### Exercise prompt
Write out exactly the lines of the entries below, from the first through the line containing "#49=CIRCLE('',#48,2.6);", and nothing beyond them.

(Stored data entries)
-- Opening Marker --

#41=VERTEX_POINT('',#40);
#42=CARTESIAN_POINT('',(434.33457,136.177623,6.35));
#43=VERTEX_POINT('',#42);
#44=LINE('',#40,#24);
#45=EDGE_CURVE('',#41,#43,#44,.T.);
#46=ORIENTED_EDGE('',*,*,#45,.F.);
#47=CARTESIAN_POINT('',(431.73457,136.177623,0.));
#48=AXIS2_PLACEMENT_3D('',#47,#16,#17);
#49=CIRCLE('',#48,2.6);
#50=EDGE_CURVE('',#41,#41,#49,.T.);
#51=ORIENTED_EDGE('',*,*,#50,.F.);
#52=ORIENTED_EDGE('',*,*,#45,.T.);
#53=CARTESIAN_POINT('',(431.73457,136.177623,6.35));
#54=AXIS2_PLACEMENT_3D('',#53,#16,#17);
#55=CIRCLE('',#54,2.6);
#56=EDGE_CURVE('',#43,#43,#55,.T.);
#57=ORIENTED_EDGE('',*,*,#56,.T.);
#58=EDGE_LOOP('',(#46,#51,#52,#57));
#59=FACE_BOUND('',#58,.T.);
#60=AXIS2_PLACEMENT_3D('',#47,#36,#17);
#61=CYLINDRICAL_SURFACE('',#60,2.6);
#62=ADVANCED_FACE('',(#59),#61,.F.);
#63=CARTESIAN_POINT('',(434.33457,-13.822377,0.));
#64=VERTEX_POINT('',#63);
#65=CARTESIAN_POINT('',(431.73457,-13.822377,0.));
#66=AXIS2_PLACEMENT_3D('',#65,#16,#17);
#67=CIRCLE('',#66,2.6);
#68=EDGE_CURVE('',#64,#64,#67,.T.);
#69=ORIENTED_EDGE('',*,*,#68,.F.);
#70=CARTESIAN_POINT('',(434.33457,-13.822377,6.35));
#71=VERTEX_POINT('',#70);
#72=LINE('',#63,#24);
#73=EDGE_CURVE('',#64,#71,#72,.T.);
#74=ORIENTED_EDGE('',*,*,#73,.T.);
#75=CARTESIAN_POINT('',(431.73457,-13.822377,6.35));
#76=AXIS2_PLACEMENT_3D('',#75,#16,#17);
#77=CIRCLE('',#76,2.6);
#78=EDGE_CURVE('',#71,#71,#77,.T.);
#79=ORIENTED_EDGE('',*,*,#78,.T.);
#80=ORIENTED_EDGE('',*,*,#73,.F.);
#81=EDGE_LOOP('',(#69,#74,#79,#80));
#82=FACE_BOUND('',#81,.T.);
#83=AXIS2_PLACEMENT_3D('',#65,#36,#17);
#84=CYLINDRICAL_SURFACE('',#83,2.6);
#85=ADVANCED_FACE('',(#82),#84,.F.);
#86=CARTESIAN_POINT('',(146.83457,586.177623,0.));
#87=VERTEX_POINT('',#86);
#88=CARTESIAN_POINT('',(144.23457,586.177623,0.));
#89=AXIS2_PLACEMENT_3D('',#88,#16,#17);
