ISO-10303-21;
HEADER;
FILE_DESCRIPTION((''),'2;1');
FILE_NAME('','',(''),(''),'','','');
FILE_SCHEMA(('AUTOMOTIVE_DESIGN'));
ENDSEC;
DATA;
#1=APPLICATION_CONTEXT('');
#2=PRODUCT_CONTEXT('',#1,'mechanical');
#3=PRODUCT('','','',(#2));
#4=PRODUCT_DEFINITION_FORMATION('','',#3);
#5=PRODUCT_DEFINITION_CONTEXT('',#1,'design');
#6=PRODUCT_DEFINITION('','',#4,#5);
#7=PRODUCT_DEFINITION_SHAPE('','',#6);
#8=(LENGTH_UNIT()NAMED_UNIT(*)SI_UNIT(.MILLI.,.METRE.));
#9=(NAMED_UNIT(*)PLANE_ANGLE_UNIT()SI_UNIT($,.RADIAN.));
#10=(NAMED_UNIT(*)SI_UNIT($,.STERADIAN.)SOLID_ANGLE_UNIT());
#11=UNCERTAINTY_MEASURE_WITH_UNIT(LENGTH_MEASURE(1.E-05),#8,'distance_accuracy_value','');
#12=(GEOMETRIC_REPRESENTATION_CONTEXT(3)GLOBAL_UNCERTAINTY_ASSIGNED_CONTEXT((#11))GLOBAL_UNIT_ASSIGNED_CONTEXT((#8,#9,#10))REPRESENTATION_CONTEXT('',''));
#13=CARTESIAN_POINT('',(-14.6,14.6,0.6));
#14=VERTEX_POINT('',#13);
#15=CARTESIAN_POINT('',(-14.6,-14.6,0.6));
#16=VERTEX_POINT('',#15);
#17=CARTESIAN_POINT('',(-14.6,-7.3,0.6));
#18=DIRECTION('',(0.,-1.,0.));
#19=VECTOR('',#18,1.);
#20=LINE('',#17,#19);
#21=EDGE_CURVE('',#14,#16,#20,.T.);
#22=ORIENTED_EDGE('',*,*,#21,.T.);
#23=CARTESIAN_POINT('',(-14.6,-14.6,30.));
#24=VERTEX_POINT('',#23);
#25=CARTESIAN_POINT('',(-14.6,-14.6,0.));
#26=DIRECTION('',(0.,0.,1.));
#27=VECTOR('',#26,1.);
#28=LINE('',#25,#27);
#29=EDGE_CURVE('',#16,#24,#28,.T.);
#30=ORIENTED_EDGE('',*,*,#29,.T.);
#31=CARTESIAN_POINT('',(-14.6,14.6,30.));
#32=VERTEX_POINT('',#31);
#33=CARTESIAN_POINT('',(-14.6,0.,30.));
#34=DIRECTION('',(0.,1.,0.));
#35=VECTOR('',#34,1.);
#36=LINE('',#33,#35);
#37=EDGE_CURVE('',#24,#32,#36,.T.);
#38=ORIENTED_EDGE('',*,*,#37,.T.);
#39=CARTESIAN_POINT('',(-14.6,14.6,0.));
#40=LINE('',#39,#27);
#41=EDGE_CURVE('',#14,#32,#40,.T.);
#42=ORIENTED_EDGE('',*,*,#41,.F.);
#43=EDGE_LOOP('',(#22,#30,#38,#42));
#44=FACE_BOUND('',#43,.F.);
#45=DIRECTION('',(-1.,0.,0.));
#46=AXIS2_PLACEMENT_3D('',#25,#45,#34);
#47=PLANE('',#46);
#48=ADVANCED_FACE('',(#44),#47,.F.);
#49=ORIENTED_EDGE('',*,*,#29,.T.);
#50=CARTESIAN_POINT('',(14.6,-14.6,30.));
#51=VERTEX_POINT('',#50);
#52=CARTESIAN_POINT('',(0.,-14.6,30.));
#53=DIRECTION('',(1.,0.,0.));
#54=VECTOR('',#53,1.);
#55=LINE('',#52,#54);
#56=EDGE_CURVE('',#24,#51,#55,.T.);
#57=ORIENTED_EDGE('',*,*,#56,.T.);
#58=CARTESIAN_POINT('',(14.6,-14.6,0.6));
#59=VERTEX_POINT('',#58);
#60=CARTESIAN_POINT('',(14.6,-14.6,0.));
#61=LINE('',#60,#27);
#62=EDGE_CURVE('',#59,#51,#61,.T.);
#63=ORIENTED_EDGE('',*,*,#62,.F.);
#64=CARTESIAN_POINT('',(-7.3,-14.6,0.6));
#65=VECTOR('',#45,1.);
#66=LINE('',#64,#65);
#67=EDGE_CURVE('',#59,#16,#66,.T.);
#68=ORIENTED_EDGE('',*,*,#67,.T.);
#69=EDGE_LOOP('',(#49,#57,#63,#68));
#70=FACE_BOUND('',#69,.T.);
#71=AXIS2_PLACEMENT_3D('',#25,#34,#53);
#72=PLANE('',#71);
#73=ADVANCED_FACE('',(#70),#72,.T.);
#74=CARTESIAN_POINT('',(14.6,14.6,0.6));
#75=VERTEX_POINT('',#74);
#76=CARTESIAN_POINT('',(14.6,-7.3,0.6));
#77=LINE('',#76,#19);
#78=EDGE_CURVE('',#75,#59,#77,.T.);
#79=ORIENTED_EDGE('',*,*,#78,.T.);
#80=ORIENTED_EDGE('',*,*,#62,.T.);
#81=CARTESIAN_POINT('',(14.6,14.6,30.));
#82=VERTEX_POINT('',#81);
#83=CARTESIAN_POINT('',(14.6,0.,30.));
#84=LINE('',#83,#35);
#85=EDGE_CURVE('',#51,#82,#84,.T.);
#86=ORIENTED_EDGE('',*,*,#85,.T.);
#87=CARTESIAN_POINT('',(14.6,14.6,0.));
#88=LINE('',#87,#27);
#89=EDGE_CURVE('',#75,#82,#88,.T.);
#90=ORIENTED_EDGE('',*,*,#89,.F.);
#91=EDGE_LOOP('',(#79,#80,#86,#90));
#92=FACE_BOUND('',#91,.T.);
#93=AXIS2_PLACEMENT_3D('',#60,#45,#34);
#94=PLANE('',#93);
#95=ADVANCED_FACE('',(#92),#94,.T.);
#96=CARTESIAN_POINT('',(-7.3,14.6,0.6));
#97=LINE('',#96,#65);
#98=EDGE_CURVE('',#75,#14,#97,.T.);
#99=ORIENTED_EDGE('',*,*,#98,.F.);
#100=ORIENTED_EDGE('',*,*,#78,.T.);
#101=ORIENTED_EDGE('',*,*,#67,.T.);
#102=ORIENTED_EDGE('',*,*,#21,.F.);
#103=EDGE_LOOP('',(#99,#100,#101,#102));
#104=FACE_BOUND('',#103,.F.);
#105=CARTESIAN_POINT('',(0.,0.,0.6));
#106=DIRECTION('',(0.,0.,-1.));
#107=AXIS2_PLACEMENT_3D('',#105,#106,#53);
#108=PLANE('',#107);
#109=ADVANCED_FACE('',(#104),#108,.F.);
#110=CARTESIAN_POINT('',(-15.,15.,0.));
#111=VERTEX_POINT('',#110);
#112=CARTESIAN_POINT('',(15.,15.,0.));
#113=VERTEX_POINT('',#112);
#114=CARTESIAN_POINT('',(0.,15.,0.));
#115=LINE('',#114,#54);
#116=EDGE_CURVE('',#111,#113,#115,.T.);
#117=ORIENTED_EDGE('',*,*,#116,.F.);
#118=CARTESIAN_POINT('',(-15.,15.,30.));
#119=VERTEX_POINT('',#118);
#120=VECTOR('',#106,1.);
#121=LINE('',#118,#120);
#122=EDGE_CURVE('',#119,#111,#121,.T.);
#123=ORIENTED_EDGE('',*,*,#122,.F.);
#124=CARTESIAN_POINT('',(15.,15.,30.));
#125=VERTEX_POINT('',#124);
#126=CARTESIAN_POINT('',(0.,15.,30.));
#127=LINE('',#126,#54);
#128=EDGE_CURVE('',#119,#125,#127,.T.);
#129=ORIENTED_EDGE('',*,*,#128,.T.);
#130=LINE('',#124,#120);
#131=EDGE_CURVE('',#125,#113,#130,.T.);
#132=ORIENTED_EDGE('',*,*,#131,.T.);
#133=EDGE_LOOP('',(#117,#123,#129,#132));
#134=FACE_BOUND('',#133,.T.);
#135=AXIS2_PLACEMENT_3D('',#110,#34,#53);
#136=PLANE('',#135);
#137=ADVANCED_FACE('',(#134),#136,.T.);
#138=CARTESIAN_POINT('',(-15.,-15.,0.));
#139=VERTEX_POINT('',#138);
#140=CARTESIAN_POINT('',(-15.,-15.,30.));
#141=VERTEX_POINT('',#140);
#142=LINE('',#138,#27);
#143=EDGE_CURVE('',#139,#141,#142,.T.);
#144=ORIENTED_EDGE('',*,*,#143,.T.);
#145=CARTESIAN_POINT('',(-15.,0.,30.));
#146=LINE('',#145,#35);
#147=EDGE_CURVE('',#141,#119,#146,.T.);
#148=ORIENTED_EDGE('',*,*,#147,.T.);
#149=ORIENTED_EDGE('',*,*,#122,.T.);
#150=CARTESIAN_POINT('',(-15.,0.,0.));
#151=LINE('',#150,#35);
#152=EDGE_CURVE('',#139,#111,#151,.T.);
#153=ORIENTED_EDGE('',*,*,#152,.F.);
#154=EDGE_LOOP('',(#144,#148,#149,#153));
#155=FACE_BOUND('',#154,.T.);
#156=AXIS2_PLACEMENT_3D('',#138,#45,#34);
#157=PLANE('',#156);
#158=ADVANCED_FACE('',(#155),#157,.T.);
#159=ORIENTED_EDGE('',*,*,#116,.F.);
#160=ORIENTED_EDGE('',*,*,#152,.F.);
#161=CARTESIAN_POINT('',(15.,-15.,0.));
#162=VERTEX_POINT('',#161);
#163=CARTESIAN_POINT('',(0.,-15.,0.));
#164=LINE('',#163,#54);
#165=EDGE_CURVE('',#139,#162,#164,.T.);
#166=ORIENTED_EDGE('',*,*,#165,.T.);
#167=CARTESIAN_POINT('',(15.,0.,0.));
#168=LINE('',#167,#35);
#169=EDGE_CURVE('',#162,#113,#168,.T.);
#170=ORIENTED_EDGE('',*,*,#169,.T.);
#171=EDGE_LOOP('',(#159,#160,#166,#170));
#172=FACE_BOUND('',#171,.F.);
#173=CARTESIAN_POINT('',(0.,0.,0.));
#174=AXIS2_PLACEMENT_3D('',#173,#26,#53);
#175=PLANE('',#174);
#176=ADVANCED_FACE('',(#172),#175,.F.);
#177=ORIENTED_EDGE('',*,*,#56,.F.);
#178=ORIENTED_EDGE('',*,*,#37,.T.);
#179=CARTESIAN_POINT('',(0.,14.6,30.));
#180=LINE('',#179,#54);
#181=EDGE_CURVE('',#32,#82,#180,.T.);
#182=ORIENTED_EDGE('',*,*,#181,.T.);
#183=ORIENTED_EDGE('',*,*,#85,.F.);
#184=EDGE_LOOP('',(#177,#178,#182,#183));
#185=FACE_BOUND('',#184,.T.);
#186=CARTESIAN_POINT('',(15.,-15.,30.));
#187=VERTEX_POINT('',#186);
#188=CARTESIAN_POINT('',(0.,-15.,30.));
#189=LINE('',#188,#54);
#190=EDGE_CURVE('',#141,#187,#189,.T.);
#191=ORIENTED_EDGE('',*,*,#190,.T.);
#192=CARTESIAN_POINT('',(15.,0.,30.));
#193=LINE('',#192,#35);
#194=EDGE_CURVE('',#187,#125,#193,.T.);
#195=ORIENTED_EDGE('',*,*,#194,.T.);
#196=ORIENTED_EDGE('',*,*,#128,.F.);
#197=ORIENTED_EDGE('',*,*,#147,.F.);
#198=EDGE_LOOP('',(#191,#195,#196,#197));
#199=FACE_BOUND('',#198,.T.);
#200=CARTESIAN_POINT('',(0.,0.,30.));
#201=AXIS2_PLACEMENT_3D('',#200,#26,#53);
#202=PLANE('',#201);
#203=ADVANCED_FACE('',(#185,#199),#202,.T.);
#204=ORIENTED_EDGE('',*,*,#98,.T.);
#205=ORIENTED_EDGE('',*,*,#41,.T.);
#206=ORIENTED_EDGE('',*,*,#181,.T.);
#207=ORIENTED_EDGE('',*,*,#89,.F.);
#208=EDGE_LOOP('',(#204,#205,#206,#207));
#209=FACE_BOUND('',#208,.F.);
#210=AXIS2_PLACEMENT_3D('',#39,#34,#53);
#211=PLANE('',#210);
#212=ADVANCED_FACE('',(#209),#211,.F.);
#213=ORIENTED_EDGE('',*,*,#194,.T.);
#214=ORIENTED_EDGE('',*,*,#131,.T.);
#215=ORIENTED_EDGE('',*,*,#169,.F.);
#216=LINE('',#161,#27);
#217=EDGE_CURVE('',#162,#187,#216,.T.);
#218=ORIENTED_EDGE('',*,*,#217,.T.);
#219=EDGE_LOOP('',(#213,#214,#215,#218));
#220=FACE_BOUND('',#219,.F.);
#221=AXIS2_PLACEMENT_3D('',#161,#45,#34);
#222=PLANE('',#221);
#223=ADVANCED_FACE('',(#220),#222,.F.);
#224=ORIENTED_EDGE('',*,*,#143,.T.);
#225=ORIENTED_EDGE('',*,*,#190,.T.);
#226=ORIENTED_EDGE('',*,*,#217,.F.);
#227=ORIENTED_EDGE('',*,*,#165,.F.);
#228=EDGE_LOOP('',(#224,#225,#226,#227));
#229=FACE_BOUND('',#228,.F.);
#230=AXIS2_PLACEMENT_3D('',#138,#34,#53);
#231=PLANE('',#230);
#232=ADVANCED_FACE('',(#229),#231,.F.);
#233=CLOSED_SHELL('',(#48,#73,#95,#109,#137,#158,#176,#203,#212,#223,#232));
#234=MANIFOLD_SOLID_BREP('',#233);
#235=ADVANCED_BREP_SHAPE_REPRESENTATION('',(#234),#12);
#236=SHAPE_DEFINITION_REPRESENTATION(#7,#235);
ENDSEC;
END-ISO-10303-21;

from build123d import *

# Parameters (mm, degrees)
SKETCH_W     = 30
SKETCH_H     = 30
SKETCH_W_2   = 29.2
SKETCH_H_2   = 29.2
PAD_DEPTH    = 30
SKETCH001_W  = 30
SKETCH001_H  = 30
PAD001_DEPTH = 0.6


with BuildPart() as part:
    # Sketch → Pad (new body)
    with BuildSketch(Plane.XY):
        Rectangle(SKETCH_W, SKETCH_H)
        Rectangle(SKETCH_W_2, SKETCH_H_2, mode=Mode.SUBTRACT)
    extrude(amount=PAD_DEPTH)

    # Sketch001 (on Face9 of Pad) → Pad001 (join)
    with BuildSketch(Plane(origin=(0, 0, 0), x_dir=(1, 0, 0), z_dir=(0, 0, -1))):
        Rectangle(SKETCH001_W, SKETCH001_H)
    extrude(amount=-PAD001_DEPTH)


solid = part.part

-- Closing Marker --

### Answer space
#41=VERTEX_POINT('',#40);
#42=CARTESIAN_POINT('',(434.33457,136.177623,6.35));
#43=VERTEX_POINT('',#42);
#44=LINE('',#40,#24);
#45=EDGE_CURVE('',#41,#43,#44,.T.);
#46=ORIENTED_EDGE('',*,*,#45,.F.);
#47=CARTESIAN_POINT('',(431.73457,136.177623,0.));
#48=AXIS2_PLACEMENT_3D('',#47,#16,#17);
#49=CIRCLE('',#48,2.6);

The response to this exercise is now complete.